Perhaps innovation coordinators at higher levels would be more focused on trends beyond the organization and even beyond their clients or markets, and most certainly the higher up you go the longer the planning time horizons would be. A great example of this kind of structure is explained in a forthcoming article by Jeffrey Immelt of GE in the Harvard Business Review. In GE they had both the top down functions, but then they also paid great attention to creating from the bottom up similar functions. During this process Jeffrey explains that they realized they needed to create these structures within sub regions, with more autonomy to make context specific decisions.
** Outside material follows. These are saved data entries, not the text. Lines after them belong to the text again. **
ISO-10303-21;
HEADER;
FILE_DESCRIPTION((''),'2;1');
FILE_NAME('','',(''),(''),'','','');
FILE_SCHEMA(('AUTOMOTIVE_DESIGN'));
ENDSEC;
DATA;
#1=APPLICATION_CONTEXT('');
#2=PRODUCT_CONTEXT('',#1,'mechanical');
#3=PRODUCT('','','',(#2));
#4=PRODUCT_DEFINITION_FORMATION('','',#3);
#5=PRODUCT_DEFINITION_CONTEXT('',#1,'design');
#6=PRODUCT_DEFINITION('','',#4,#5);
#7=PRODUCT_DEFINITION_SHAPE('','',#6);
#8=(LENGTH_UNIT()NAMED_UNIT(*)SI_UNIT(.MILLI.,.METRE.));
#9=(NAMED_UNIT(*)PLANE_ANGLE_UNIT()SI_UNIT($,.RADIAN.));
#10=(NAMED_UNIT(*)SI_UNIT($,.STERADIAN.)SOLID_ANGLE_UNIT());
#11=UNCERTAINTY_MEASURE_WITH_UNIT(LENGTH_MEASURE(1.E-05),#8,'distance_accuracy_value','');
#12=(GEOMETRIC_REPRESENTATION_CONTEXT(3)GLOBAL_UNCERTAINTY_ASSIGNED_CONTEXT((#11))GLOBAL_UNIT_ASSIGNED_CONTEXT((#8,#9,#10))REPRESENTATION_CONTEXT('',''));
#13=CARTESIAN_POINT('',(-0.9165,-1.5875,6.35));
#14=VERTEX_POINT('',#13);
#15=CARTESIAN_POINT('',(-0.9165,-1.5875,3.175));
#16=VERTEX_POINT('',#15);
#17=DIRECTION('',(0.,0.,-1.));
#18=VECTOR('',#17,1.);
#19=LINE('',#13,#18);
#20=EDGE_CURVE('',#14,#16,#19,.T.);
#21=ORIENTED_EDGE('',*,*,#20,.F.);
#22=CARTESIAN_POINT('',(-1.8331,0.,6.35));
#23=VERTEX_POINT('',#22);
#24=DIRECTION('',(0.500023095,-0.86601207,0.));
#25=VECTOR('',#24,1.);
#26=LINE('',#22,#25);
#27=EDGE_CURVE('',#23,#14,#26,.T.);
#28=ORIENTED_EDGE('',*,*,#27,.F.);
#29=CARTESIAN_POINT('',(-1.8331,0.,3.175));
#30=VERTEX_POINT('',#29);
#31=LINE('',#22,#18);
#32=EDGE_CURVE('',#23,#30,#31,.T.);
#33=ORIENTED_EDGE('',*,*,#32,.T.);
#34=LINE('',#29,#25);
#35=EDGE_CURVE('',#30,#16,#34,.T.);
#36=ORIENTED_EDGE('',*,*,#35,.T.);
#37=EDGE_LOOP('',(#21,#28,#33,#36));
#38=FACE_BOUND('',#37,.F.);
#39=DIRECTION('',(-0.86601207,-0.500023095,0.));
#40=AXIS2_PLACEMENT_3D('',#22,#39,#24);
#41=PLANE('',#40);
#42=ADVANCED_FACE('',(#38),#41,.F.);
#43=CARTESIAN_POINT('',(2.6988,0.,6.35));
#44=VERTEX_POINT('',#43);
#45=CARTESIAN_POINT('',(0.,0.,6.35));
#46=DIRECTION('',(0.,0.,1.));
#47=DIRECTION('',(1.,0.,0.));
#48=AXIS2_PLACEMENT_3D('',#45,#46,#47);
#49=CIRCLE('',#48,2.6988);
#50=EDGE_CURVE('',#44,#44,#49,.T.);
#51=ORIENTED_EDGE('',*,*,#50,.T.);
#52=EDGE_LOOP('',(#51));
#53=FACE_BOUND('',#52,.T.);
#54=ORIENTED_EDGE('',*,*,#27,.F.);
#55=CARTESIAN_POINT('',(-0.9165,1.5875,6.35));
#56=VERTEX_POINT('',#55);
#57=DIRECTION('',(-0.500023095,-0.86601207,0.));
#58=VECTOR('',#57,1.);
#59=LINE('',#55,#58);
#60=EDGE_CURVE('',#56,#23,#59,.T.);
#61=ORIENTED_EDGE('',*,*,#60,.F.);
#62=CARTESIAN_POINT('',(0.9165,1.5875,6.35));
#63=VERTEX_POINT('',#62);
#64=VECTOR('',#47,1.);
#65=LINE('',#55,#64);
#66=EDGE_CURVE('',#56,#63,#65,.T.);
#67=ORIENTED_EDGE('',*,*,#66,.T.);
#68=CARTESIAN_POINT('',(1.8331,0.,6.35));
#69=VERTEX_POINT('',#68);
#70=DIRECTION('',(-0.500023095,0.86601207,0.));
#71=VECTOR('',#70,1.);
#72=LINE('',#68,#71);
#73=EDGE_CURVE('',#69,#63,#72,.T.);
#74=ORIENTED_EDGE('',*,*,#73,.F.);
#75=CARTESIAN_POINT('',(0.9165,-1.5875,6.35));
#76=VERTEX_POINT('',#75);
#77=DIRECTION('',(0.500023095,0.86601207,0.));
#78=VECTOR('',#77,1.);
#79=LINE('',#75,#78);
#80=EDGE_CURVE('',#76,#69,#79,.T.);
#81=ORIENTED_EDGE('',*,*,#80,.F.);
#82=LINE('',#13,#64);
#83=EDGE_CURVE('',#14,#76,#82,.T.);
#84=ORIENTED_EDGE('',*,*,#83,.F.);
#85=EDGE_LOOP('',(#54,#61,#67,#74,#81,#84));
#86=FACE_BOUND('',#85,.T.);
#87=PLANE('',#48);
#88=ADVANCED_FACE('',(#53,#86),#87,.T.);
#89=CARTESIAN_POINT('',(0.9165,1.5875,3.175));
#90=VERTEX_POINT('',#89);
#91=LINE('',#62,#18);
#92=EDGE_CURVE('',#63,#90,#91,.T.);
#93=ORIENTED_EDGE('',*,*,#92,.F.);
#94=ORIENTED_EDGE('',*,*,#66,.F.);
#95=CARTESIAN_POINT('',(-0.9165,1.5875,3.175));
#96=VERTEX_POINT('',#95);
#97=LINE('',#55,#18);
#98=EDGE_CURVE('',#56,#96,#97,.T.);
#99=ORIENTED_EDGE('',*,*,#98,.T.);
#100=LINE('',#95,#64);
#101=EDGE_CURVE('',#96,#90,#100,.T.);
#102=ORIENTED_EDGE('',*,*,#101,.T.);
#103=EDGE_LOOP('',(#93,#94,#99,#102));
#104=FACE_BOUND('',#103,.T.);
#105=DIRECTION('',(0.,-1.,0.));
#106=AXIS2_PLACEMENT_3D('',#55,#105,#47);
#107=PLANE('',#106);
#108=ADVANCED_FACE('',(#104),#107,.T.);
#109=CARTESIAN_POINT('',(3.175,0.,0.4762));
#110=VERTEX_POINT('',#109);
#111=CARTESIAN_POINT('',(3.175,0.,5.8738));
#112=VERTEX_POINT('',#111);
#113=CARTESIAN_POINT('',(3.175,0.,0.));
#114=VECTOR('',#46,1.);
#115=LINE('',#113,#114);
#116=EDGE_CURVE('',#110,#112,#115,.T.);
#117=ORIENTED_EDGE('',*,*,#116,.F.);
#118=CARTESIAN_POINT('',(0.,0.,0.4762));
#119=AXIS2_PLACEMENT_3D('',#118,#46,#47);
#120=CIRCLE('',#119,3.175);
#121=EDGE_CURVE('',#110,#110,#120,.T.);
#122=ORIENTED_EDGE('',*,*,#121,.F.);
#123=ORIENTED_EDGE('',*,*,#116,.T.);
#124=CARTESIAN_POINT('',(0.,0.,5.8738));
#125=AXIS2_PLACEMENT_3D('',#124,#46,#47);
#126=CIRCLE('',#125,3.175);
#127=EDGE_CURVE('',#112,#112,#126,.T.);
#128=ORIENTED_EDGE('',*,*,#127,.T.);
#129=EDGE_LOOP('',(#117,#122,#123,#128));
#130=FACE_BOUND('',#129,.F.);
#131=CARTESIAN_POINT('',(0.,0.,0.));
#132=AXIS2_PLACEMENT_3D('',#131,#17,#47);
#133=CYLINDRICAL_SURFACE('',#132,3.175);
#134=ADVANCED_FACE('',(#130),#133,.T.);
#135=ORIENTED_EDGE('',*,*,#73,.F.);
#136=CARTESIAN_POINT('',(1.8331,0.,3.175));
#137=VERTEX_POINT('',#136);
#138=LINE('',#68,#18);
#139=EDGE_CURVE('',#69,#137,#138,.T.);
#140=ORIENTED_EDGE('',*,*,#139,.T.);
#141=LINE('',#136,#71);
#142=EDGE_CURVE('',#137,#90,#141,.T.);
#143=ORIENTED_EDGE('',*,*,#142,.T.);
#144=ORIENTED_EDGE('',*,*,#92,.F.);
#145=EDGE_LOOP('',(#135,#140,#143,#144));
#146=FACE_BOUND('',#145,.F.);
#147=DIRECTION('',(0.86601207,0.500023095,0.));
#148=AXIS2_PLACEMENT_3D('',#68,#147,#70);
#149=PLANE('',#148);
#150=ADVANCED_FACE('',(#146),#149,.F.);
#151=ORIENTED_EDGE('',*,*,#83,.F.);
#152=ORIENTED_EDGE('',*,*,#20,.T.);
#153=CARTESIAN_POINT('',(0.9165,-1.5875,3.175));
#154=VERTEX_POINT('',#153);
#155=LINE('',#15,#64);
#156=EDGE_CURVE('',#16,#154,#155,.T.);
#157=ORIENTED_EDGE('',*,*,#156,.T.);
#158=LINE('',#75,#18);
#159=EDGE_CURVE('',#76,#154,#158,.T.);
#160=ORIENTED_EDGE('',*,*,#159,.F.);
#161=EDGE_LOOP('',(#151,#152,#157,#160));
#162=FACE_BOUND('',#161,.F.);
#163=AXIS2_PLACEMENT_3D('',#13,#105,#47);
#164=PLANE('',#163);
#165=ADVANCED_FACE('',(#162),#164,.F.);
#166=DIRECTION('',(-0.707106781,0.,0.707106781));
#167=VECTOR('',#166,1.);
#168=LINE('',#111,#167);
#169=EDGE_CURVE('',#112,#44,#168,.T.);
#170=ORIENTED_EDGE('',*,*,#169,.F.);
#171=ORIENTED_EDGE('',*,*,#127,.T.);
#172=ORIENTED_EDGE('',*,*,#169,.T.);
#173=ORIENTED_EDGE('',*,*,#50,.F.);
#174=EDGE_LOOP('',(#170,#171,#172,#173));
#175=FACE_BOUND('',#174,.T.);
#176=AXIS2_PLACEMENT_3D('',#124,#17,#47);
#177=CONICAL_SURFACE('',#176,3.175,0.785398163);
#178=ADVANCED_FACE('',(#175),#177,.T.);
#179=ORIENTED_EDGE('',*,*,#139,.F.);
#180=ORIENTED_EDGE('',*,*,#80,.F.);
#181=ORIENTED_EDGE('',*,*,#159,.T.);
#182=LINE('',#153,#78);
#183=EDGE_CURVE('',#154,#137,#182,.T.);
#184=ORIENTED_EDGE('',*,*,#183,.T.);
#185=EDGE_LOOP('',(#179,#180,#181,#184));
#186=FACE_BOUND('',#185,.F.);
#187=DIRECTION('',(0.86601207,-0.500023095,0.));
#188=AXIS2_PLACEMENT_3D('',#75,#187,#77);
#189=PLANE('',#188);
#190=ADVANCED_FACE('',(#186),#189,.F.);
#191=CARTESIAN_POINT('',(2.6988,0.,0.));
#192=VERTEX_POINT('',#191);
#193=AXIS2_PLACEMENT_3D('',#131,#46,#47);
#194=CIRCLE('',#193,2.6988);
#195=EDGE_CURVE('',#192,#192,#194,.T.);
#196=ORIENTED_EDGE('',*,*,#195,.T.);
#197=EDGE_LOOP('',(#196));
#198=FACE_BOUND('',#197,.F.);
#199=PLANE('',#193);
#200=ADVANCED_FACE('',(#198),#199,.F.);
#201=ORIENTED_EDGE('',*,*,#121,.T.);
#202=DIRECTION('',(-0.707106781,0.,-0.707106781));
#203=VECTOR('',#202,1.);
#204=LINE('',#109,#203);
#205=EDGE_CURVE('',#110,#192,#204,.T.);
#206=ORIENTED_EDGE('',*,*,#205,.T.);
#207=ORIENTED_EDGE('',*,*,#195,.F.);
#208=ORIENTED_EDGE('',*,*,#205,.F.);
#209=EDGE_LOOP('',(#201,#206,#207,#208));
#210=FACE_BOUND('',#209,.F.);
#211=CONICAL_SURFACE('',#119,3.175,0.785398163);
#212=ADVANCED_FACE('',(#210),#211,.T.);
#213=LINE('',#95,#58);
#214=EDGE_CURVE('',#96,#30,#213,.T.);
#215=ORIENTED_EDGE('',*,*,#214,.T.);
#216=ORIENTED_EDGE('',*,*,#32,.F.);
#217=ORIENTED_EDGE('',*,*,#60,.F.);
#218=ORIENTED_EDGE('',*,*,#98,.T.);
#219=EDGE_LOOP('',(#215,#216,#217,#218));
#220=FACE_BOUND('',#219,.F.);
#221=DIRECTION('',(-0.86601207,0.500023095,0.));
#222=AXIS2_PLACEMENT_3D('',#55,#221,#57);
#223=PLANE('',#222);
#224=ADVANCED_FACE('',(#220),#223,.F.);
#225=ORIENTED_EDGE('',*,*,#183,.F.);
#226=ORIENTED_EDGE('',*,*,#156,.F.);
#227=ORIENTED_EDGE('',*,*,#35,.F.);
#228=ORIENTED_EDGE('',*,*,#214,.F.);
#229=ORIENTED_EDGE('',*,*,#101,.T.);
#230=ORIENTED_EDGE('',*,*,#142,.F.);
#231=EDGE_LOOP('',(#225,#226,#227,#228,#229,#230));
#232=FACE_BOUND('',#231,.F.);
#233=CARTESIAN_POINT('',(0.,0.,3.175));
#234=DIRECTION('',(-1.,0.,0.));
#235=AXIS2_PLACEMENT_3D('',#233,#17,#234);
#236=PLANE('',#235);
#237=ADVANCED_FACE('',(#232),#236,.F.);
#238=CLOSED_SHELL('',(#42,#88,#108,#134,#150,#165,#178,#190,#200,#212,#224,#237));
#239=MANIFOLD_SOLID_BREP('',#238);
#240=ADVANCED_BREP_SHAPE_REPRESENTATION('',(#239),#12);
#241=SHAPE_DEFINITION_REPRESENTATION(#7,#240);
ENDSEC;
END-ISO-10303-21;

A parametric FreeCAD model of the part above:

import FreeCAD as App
import Part
import Sketcher

V = App.Vector
Q = App.Units.Quantity


def edges_at(feature, points):
    """Names of the edges that pass closest to the given points."""
    edges = feature.Shape.Edges
    near = lambda p: min(range(len(edges)), key=lambda i: edges[i].distToShape(Part.Vertex(*p))[0])
    return sorted({f"Edge{near(p) + 1}" for p in points})


def add_polygon(sketch, points):
    """Adds a closed chain of lines whose ends are joined by coincident constraints."""
    first, n = sketch.GeometryCount, len(points)
    for a, b in zip(points, points[1:] + points[:1]):
        sketch.addGeometry(Part.LineSegment(App.Vector(*a, 0), App.Vector(*b, 0)), False)
    for i in range(n):
        sketch.addConstraint(Sketcher.Constraint("Coincident", first + i, 2, first + (i + 1) % n, 1))

doc = App.newDocument("Part")
body = doc.addObject("PartDesign::Body", "Body")

# Sketch on XY plane
sketch1 = doc.addObject("Sketcher::SketchObject", "Sketch")
body.addObject(sketch1)
sketch1.AttachmentSupport = (doc.XY_Plane, [""])
sketch1.MapMode = "FlatFace"
sketch1.addGeometry(Part.Circle(V(0, 0, 0), V(0, 0, 1), 3.175), False)
sketch1.addConstraint(Sketcher.Constraint("Coincident", 0, 3, -1, 1))
sketch1.addConstraint(Sketcher.Constraint("Diameter", 0, Q("0.25 in")))
pad1 = doc.addObject("PartDesign::Pad", "Pad")
body.addObject(pad1)
pad1.Profile = sketch1
pad1.Length = Q("0.25 in")
doc.recompute()

chamfer = doc.addObject("PartDesign::Chamfer", "Chamfer")
body.addObject(chamfer)
chamfer.Base = (pad1, edges_at(pad1, [(-3.175, 0, 0), (-3.175, 0, 6.35)]))
chamfer.Size = 0.4762

# Sketch on XY plane
sketch2 = doc.addObject("Sketcher::SketchObject", "Sketch001")
body.addObject(sketch2)
sketch2.AttachmentSupport = (doc.XY_Plane, [""])
sketch2.MapMode = "FlatFace"
sketch2.AttachmentOffset = App.Placement(V(0, 0, 0.25 * 25.4), App.Rotation())
add_polygon(sketch2, [(0.9165, 1.5875), (-0.9165, 1.5875), (-1.8331, 0), (-0.9165, -1.5875), (0.9165, -1.5875), (1.8331, 0)])  # lines 0-5
sketch2.addConstraint(Sketcher.Constraint("Horizontal", 0))
sketch2.addConstraint(Sketcher.Constraint("Horizontal", 3))
sketch2.addConstraint(Sketcher.Constraint("Symmetric", 0, 2, 3, 2, -1, 1))
sketch2.addConstraint(Sketcher.Constraint("Symmetric", 1, 2, 4, 2, -1, 1))
sketch2.addConstraint(Sketcher.Constraint("PointOnObject", 1, 2, -1))
sketch2.addConstraint(Sketcher.Constraint("Parallel", 2, 5))
sketch2.addConstraint(Sketcher.Constraint("Vertical", 0, 2, 2, 2))
sketch2.addConstraint(Sketcher.Constraint("DistanceY", -1, 1, 0, 2, Q("0.0625 in")))
sketch2.addConstraint(Sketcher.Constraint("DistanceX", 0, 2, 0, 1, 1.833))
sketch2.addConstraint(Sketcher.Constraint("Distance", 1, 1.833))
pocket1 = doc.addObject("PartDesign::Pocket", "Pocket")
body.addObject(pocket1)
pocket1.Profile = sketch2
pocket1.Length = Q("0.125 in")

doc.recompute()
Within a larger organization, good ideas (a.k.a innovations) from one unit is not immediately copied elsewhere. This is the wrong approach to scaling. Instead it goes in at the first function (Scanning) of other units, where the suitability of the idea and its effect on the business unit or technological capability is assessed. This means that top management can detect good ideas in how rapidly they are taken up within the organization. Perhaps they need to play a role in making innovations that seem to be working in one area known to others. This reduces the dependence on “strategic bets” by top management. Also this means that scanning is not only about looking beyond the organization, it could also mean scanning internally in other units or over the whole organization to try and detect ideas that are being tried out, taken up or discarded.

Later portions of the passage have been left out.